Controls of paleosedimentary environments and anthropogenic activities on coastal groundwater salinization: A case study of Laizhou Bay, China

Groundwater salinization presents a substantial environmental challenge for coastal regions globally, particularly along the southern shore of Laizhou Bay. The processes contributing to groundwater salinization are intricate and involve interactions between natural factors and human activities. This study examines the mechanisms underlying groundwater salinization at varying depths in the southern Laizhou Bay area, with a particular emphasis on the effects of extensive groundwater extraction. Excessive groundwater extraction has intensified salinization by altering hydraulic gradients and promoting seawater intrusion.

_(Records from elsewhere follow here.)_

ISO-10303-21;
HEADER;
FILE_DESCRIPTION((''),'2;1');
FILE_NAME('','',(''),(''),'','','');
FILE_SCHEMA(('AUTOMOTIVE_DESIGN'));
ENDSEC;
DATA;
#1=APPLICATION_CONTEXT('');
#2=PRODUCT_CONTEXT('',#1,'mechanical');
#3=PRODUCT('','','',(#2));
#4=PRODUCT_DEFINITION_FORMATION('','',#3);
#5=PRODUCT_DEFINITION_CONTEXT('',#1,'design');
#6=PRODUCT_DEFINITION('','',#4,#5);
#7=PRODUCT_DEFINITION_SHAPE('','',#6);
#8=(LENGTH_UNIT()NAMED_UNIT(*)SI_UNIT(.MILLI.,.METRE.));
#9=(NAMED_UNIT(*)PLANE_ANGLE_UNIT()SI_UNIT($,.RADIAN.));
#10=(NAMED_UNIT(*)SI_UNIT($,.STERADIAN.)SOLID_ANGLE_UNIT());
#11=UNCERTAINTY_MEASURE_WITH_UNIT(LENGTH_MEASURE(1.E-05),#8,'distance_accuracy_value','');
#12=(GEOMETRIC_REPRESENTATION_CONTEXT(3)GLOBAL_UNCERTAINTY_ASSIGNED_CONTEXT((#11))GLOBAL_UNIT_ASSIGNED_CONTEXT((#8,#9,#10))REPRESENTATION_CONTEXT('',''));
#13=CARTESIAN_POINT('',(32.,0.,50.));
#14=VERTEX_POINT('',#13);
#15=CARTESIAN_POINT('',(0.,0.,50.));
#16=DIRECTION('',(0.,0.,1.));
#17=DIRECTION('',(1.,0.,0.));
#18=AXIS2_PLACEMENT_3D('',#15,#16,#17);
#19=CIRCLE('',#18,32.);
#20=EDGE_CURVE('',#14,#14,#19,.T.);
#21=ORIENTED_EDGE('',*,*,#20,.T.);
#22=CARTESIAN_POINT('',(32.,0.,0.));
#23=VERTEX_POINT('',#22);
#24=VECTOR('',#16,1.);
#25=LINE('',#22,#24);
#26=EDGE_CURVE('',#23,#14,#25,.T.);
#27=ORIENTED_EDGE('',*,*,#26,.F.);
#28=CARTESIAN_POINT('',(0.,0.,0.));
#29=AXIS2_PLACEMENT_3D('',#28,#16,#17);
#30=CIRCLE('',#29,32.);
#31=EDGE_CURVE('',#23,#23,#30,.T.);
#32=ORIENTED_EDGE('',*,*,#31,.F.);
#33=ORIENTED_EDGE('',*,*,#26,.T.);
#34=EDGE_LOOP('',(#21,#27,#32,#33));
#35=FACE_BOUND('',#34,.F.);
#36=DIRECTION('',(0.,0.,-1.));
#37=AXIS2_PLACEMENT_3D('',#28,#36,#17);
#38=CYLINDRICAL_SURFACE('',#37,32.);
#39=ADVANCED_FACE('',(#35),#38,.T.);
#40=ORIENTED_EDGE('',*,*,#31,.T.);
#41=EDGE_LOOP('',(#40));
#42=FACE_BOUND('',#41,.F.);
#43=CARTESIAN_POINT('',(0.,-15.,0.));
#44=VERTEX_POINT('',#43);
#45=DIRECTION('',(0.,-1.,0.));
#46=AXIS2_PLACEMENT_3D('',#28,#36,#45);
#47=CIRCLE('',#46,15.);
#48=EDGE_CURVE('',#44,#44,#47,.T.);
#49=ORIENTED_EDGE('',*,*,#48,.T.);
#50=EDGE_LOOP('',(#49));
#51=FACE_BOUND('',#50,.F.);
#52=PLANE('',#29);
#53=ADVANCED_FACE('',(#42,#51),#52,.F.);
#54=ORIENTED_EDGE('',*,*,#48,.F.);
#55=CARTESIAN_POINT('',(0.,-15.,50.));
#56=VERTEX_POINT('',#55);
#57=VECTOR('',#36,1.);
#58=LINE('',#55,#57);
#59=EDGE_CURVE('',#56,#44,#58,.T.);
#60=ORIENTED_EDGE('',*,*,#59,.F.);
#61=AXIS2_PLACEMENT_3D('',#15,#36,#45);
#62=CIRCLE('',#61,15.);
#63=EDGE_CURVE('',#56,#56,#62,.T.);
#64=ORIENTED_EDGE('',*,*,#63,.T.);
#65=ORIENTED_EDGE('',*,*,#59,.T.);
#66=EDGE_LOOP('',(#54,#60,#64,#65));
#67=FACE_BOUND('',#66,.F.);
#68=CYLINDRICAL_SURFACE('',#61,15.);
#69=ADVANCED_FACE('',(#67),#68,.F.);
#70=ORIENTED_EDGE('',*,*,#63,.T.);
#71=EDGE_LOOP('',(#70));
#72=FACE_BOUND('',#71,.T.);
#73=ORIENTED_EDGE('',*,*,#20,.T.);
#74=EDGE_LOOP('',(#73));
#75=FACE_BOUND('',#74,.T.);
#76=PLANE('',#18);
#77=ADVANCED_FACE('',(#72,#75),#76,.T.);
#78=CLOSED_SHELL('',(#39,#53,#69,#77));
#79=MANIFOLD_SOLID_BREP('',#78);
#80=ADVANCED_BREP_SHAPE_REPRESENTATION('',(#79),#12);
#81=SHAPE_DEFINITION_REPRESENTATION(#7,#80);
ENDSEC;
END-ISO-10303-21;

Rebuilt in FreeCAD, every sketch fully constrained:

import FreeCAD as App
import Part
import Sketcher

doc = App.newDocument("Part")
body = doc.addObject("PartDesign::Body", "Body")

sketch1 = doc.addObject("Sketcher::SketchObject", "Sketch")
body.addObject(sketch1)
sketch1.AttachmentSupport = (doc.XY_Plane, [""])
sketch1.MapMode = "FlatFace"
sketch1.addGeometry(Part.Circle(App.Vector(0, 0, 0), App.Vector(0, 0, 1), 32), False)
sketch1.addConstraint([
    Sketcher.Constraint("Coincident", 0, 3, -1, 1),
    Sketcher.Constraint("Diameter", 0, 64.0),
])
pad1 = doc.addObject("PartDesign::Pad", "Pad")
body.addObject(pad1)
pad1.Profile = sketch1
pad1.Length = 50

sketch2 = doc.addObject("Sketcher::SketchObject", "Sketch001")
body.addObject(sketch2)
sketch2.AttachmentSupport = (doc.XY_Plane, [""])
sketch2.MapMode = "FlatFace"
sketch2.AttachmentOffset = App.Placement(App.Vector(0, 0, 50), App.Rotation())
sketch2.addGeometry(Part.Circle(App.Vector(0, 0, 0), App.Vector(0, 0, 1), 15), False)
sketch2.addConstraint([
    Sketcher.Constraint("Coincident", 0, 3, -1, 1),
    Sketcher.Constraint("Diameter", 0, 30.0),
])
doc.recompute()
hole = doc.addObject("PartDesign::Hole", "Hole")
body.addObject(hole)
hole.Profile = sketch2
hole.ThreadType = "None"
hole.Diameter = 30
hole.DepthType = "ThroughAll"

doc.recompute()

Utilizing sediment and pore water samples from two boreholes (SG100 and WF80) alongside shallow seismic data, we identified that sedimentary strata consisting of alternating marine and terrestrial deposits, formed during multiple transgressive events since the Late Pleistocene, are a significant source of salinity. Paleoenvironmental reconstructions based on grain size analysis, combined with Cl/Br ratios and stable isotope analysis, indicated that modern seawater intrusion is a primary driver of shallow groundwater salinization. In contrast, variations in deep groundwater salinity reflect differing paleoenvironmental recharge conditions. Ancient riverbed sediments exhibit high permeability, providing an efficient pathway for the transport of water and salts from upstream freshwater bodies. This process facilitates the dilution within the aquifer, leading to the formation of low-salinity groundwater. In contrast, the low permeability of floodplain sediments significantly restricts the renewal capacity of water bodies. As a result, the saline water layer maintains a high salinity state over extended periods due to the combined effects of evaporation and limited recharge. Notably, offshore freshwater was detected within ancient river channel deposits. These findings underscore the intricate interplay between sedimentary evolution and anthropogenic activities in influencing groundwater salinization, highlighting the necessity for scientifically informed, water-type-specific management strategies.